Me siento feliz por estar entre ustedes esta tarde, con el fin de celebrar el XX aniversario de la caída del muro de Berlín. Me gustaría agradecer al Instituto de Diplomacia Cultural, y más particularmente a su director, Mark Donfried, su invitación.
En la caída del muro de Berlín encuentro tres significados principales: el principio de la reunificación de Alemania, el principio del fin de la Guerra Fría y el principio de la reunificación de Europa.
Comenzaré con los dos primeros ámbitos, pero insistiré más en el ámbito europeo, pues me parece el más esencial siendo yo una política francesa en Berlín. Esto me permitirá insistir en uno de los elementos más importantes de mi compromiso político: el sueño de los Estados Unidos de Europa. Aunque en mi país, incluso en mi propio campo político, muchos se han sorprendido al verme insistir en esta idea durante la campaña de las elecciones europeas, en Atenas junto a mi amigo Giorgos Papandreu, actual jefe de Gobierno de Grecia, y también en Nantes ante mis compañeros socialistas franceses, quiero aprovechar esta ocasión para profundizar en ello.

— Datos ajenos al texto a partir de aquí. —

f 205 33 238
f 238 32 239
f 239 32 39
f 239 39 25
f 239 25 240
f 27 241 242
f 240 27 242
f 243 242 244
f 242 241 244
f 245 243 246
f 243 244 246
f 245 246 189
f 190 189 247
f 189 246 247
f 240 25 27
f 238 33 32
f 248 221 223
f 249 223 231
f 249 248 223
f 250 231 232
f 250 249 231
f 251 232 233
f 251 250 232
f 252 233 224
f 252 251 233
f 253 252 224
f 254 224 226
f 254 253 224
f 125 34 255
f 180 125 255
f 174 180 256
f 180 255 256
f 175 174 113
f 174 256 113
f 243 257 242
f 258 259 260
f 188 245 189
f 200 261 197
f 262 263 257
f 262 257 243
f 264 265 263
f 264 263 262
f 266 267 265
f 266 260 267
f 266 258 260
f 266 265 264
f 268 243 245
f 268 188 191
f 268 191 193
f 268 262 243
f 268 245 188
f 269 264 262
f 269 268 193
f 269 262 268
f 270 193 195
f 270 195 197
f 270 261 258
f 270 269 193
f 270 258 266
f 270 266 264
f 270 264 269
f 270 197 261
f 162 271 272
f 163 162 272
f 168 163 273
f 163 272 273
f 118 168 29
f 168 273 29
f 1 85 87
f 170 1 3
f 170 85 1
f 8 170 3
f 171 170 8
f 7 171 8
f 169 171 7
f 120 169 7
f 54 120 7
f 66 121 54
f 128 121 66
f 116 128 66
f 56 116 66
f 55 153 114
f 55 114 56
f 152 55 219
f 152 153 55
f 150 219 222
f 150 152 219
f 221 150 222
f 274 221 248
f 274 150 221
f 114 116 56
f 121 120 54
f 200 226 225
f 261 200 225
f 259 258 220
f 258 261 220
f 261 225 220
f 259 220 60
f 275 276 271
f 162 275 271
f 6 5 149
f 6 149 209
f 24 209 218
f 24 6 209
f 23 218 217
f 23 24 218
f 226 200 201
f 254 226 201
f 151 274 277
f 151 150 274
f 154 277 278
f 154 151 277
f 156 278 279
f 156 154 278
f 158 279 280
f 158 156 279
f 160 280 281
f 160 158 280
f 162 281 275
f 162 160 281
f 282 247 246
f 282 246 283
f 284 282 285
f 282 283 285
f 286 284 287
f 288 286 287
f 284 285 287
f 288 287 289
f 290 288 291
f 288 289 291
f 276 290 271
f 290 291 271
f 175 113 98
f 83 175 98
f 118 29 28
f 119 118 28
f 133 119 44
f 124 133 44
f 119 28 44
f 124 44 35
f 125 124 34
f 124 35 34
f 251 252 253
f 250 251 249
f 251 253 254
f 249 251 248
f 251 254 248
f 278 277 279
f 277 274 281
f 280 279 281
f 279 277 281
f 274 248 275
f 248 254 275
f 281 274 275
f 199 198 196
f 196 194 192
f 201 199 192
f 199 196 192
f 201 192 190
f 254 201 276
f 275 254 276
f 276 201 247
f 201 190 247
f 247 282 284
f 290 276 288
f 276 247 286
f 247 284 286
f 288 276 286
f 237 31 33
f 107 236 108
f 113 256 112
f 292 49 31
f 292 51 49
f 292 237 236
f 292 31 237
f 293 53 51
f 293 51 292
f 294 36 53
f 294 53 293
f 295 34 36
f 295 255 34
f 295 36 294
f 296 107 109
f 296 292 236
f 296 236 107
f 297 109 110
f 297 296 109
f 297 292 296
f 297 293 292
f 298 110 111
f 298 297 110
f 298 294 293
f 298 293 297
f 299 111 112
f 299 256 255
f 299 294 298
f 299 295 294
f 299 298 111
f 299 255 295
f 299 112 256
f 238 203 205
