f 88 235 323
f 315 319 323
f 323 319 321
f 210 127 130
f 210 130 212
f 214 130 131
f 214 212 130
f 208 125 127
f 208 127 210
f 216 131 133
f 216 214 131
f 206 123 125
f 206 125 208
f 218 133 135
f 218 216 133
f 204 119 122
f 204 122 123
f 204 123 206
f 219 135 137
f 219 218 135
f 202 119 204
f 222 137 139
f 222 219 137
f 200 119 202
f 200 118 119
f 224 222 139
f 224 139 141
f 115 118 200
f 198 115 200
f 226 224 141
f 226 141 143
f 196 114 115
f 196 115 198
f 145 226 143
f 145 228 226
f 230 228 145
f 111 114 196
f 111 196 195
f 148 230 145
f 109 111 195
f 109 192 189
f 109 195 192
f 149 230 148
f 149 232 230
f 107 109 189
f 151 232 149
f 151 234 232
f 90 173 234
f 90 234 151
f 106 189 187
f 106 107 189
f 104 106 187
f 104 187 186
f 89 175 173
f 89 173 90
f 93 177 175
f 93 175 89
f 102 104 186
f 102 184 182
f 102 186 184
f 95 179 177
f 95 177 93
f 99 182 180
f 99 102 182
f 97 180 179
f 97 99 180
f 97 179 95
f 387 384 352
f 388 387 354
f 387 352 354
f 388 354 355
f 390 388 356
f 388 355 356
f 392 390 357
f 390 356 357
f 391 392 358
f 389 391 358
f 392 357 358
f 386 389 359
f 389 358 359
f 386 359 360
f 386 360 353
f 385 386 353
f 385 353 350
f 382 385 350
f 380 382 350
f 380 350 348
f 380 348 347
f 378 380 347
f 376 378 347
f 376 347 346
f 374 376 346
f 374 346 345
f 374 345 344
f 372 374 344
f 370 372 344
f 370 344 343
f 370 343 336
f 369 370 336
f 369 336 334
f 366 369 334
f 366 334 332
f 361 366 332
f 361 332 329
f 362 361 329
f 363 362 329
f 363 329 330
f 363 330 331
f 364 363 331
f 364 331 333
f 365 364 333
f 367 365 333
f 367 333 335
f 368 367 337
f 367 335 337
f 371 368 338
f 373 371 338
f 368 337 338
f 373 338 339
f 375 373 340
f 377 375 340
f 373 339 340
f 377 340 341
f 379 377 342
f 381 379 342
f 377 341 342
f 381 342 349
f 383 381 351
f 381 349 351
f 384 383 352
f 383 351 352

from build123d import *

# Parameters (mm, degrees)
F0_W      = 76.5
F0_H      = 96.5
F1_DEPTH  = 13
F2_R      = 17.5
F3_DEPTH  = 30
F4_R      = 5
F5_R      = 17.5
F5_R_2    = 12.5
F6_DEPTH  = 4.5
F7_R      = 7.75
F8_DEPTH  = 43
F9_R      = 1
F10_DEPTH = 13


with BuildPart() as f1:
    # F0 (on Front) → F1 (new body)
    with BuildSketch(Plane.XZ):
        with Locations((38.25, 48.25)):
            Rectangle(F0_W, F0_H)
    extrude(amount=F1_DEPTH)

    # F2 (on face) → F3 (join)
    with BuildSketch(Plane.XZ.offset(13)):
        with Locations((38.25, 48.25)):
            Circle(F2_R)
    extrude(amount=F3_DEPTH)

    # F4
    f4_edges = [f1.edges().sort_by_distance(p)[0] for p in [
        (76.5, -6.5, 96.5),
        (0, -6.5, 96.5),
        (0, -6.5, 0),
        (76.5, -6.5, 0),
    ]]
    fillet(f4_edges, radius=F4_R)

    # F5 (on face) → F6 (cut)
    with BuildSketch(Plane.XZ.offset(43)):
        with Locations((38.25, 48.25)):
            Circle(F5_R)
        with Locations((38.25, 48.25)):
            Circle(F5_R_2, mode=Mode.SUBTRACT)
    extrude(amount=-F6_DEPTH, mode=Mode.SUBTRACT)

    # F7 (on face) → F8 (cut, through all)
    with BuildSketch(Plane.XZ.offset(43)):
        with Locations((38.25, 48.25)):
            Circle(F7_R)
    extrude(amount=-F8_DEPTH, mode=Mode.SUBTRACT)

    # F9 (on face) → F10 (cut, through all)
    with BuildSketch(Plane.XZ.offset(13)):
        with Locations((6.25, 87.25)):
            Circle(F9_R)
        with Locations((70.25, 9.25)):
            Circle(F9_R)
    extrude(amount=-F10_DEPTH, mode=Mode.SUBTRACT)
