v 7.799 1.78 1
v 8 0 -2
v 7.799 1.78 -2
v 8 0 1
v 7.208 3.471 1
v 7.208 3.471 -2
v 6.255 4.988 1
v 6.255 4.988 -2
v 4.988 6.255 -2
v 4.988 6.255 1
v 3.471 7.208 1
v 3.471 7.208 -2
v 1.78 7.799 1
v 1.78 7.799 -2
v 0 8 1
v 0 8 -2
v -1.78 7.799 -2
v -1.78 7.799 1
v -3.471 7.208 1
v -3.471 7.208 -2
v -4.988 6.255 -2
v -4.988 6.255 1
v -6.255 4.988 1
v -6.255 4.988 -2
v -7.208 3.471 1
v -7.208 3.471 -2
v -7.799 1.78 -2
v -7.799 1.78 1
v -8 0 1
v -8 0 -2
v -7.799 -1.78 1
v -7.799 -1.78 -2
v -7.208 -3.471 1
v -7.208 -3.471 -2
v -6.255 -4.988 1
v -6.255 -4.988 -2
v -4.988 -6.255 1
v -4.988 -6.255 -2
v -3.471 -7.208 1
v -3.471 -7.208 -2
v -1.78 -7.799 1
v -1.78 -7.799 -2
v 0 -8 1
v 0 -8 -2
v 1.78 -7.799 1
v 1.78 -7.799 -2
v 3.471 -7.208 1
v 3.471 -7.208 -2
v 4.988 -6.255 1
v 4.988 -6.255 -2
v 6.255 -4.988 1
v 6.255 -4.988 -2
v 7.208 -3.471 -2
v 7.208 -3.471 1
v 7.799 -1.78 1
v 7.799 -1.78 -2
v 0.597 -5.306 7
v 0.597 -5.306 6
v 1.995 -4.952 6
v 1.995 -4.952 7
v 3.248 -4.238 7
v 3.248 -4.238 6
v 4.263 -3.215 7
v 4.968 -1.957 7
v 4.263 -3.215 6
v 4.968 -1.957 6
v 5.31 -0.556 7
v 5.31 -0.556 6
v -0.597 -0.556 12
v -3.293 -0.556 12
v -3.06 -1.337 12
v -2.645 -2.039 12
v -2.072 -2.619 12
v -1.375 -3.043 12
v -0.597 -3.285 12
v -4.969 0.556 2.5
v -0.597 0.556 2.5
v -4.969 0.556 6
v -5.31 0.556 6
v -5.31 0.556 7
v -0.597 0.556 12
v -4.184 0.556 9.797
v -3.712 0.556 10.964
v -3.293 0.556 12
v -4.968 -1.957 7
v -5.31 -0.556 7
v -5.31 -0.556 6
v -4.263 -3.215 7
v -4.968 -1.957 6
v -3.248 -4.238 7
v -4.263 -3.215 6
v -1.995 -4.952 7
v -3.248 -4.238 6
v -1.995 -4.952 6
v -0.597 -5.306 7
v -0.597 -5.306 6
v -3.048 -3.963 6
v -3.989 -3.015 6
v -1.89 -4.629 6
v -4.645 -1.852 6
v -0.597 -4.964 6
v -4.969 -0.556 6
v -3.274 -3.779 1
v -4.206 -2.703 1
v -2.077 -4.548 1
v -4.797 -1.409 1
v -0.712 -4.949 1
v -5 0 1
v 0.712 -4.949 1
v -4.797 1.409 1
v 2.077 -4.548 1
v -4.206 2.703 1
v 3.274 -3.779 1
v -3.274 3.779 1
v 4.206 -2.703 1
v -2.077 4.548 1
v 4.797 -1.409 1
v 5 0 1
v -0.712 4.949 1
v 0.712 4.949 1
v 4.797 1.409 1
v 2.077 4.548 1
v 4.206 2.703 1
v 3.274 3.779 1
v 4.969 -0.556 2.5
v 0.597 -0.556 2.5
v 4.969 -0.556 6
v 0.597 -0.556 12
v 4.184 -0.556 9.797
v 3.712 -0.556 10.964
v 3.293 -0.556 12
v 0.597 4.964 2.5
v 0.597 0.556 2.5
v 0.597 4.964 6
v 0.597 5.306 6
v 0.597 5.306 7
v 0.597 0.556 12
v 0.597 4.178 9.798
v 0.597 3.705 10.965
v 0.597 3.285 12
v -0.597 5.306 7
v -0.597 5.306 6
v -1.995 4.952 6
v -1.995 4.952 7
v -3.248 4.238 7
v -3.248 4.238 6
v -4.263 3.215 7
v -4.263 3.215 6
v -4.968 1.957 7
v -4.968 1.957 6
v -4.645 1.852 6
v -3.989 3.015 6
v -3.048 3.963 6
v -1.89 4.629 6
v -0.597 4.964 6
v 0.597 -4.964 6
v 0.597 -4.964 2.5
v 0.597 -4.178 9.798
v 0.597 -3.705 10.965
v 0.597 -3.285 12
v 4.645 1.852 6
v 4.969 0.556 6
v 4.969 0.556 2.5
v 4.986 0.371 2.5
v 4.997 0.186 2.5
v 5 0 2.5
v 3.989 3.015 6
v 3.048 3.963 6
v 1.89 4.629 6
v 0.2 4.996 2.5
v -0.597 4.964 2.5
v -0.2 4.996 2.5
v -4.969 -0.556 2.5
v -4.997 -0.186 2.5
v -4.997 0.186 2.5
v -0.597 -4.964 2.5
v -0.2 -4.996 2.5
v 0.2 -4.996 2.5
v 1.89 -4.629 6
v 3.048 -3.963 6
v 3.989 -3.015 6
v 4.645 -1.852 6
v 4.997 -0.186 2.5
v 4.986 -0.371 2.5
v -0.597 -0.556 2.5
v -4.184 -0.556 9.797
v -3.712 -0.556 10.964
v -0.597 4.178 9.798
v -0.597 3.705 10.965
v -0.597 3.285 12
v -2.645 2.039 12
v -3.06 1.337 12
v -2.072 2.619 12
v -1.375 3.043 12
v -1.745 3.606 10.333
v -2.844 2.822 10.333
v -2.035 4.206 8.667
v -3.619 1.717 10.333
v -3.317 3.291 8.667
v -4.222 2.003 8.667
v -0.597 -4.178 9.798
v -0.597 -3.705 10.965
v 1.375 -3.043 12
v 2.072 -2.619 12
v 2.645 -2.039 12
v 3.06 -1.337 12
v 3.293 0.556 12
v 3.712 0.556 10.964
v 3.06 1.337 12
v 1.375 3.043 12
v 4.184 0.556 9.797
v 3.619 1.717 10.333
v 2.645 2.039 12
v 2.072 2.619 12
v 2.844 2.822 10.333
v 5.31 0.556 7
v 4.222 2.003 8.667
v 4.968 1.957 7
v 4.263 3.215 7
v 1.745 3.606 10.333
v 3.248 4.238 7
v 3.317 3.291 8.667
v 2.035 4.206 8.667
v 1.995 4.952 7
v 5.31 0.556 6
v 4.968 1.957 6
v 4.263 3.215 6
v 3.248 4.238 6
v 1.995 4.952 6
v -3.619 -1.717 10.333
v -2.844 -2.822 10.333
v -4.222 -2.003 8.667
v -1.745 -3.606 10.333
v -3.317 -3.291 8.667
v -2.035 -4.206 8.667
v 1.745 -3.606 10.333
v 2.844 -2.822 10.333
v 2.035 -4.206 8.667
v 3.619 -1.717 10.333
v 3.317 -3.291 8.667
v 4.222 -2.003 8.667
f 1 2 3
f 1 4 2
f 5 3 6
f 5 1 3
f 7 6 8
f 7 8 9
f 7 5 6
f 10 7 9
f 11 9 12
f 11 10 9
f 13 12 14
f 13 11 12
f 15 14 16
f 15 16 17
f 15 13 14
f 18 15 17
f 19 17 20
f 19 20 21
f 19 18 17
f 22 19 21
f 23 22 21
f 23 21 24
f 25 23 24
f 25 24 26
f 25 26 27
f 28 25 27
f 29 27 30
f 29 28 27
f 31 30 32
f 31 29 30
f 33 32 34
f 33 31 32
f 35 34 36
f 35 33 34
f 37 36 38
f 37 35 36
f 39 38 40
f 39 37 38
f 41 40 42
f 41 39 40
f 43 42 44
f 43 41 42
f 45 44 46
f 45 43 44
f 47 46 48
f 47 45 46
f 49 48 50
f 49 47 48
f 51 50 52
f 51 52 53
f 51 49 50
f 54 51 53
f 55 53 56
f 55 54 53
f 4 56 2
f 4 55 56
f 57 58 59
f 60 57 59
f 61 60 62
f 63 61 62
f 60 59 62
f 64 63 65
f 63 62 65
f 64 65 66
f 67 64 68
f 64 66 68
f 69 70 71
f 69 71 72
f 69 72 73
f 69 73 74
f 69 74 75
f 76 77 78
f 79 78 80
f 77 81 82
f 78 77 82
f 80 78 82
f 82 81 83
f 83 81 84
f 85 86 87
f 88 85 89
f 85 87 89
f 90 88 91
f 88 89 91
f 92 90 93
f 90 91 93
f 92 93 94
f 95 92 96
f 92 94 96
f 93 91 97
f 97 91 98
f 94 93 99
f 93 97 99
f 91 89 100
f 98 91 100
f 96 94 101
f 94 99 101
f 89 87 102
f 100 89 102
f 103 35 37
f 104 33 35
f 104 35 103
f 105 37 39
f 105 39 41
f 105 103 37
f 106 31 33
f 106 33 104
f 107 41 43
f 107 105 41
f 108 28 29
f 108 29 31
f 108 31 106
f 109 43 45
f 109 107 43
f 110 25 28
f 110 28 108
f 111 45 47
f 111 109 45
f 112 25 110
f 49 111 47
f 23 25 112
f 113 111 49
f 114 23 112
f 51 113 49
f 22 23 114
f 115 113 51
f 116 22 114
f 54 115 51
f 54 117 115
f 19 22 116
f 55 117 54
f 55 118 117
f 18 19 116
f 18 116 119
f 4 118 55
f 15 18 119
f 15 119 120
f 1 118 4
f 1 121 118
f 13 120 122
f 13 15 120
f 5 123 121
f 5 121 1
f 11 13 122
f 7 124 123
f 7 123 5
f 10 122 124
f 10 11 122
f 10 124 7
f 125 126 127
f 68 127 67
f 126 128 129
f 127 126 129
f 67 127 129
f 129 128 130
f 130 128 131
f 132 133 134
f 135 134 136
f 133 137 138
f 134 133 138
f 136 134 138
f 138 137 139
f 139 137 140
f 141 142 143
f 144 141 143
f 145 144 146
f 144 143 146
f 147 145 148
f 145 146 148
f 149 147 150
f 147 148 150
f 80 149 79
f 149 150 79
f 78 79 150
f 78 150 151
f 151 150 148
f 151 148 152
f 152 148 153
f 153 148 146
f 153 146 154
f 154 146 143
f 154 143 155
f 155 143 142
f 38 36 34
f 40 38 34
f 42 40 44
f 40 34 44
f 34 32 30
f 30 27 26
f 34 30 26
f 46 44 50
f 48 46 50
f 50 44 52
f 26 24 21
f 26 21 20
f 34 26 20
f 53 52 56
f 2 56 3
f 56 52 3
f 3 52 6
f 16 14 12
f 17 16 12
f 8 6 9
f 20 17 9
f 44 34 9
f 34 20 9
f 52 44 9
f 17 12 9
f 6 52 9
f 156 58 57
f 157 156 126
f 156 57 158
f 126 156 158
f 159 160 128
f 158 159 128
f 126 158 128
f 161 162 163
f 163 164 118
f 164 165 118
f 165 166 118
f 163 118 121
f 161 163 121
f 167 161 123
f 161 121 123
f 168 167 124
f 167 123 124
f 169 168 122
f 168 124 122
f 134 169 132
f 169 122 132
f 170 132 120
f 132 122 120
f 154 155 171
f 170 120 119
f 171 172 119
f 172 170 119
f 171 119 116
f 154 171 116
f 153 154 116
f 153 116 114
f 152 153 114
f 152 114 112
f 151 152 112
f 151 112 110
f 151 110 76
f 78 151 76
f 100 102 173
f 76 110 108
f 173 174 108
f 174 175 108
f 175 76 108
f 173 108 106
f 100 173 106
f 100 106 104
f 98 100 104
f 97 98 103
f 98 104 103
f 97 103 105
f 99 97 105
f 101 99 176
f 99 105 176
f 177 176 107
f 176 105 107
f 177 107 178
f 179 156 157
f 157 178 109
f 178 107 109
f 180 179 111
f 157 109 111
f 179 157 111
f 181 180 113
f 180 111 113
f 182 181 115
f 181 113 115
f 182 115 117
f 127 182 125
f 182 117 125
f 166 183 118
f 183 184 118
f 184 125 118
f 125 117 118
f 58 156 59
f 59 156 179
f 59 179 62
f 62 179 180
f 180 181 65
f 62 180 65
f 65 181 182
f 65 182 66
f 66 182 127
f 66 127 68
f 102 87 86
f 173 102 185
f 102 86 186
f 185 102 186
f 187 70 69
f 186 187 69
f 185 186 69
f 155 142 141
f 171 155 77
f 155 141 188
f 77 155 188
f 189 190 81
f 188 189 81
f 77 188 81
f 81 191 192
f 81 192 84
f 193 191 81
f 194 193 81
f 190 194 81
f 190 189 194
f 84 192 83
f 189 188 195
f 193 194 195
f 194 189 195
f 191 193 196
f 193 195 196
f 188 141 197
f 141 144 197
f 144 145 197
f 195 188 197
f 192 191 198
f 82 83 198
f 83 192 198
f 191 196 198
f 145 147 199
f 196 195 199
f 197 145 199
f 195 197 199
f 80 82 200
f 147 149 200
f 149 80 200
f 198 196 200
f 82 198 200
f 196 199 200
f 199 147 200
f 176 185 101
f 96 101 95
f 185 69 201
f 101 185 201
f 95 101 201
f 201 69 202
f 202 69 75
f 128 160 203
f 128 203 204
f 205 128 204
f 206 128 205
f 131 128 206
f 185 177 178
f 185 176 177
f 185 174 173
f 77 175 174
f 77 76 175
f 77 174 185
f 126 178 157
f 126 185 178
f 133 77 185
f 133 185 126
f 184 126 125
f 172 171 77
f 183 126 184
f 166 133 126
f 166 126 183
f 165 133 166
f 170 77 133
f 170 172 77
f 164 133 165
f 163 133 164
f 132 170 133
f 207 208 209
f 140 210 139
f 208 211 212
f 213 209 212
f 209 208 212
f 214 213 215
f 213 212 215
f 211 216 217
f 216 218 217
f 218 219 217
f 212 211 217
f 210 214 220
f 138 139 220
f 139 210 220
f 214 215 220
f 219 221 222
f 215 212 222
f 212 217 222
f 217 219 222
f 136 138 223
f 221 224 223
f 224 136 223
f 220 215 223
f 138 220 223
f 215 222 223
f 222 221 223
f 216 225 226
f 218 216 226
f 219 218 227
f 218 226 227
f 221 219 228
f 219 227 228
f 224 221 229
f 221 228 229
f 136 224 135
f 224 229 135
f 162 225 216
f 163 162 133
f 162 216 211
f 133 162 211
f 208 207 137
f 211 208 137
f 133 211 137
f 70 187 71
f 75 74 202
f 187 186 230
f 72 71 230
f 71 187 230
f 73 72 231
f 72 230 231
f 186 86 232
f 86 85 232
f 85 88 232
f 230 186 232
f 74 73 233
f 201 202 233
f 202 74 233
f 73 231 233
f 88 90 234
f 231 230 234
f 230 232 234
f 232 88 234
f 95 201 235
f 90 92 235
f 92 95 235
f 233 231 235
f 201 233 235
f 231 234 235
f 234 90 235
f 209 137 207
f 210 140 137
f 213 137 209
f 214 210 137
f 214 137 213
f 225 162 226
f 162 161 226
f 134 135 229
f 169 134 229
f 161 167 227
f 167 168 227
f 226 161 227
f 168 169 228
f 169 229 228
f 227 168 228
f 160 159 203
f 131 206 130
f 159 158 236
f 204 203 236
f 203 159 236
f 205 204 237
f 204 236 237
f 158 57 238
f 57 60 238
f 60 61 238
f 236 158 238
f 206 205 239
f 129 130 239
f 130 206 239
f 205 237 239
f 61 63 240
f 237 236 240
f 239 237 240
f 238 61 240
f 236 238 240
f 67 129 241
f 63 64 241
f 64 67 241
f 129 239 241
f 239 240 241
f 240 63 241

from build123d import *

# Parameters (mm, degrees)
F0_R      = 5
F1_DEPTH  = 12
F0_R_2    = 5.3391988331
F2_DEPTH  = 12
F3_DEPTH  = 6
F4_DEPTH  = 1
F0_R_3    = 8
F0_R_4    = 6
F5_DEPTH  = 1
F8_DEPTH  = 10
F9_SIZE2  = 5
F9_SIZE   = 2
F10_DEPTH = 2


with BuildPart() as f1:
    # F0 (on Top) → F1 (new body)
    with BuildSketch(Plane.XY):
        Circle(F0_R)
    extrude(amount=F1_DEPTH)

    # F0 (on Top) → F2 (join)
    with BuildSketch(Plane.XY):
        Circle(F0_R_2)
        Circle(F0_R, mode=Mode.SUBTRACT)
    extrude(amount=F2_DEPTH)

    # F0 (on Top) → F3 (cut)
    with BuildSketch(Plane.XY):
        Circle(F0_R_2)
        Circle(F0_R, mode=Mode.SUBTRACT)
    extrude(amount=F3_DEPTH, mode=Mode.SUBTRACT)

    # F0 (on Top) → F4 (join)
    with BuildSketch(Plane.XY):
        Circle(F0_R_2)
        Circle(F0_R, mode=Mode.SUBTRACT)
    extrude(amount=F4_DEPTH)



with BuildPart() as f4:
    # F0 (on Top) → F4, piece 2 (new body)
    with BuildSketch(Plane.XY):
        Circle(F0_R_3)
        Circle(F0_R_4, mode=Mode.SUBTRACT)
    extrude(amount=F4_DEPTH)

Ciertas fechas quedarán grabadas para siempre en el gran libro de la historia de la humanidad. El 9 de noviembre de 1989, día de la caída del Muro de Berlín, es una de ellas. Todavía hoy, me acuerdo de ese día y retornan algunas imágenes. Caras felices, miles de berlineses que marchan gritando “Wir sind das volk”, esto es, “Nosotros  somos el pueblo”. Un lema que, a las pocas horas, se transforma en “Wir sind ein volk”, “Nosotros somos un pueblo”.
Ese movimiento, esa cohesión espontánea, esta fraternización alrededor de un muro que se derrumba para unir Alemania en un solo y único pueblo, todo eso es como un dique que cede para liberar un agua demasiado tiempo retenida. Sin un herido, sin una víctima.
Me acuerdo de manos tendidas, cuerpos que se abrazan, familias que se reencuentran, conciertos improvisados, el gran Miroslav Rostropovitch tocando el violonchelo en medio de los escombros, grupos que cantan, bailan, ondean banderas sobre trozos de piedra adornados con graffitis, martillazos que derrumbaban el muro, personas que se guardaban en el bolsillo un trozo de éste como quien lleva un trozo de historia.
Me acuerdo de esas tostadas improvisadas, compartidas entre el asombro y la emoción, de esa alegría, de las caras de los alemanes orientales que guardaban la frontera.
Una muchedumbre que se ríe... “Ein Volk”, un solo y único pueblo.
Me acuerdo de esos días, que seguíamos hora a hora, de ese acontecimiento que parecía imposible algunos meses antes. Pocos analistas y sovietólogos habían anticipado lo que ocurrió. Salvo unas pocas excepciones, decían desde hace tiempo que al otro lado del telón de acero nada cambiaría jamás; que de nuevo y como siempre la represión se impondría, que no había que dejarse engañar por Gorbachov; aún en 1989 decían que la glasnost y la perestroika eran añagazas destinadas a desarmar a Occidente. Poco importaba que el jefe del Kremlin hablase de Europa como de una “casa común”, que hubiera organizado por primera vez elecciones pluralistas, que Andrei Sajarov obtuviese un escaño en el nuevo Parlamento: para estos expertos la historia estaba condenada a repetirse.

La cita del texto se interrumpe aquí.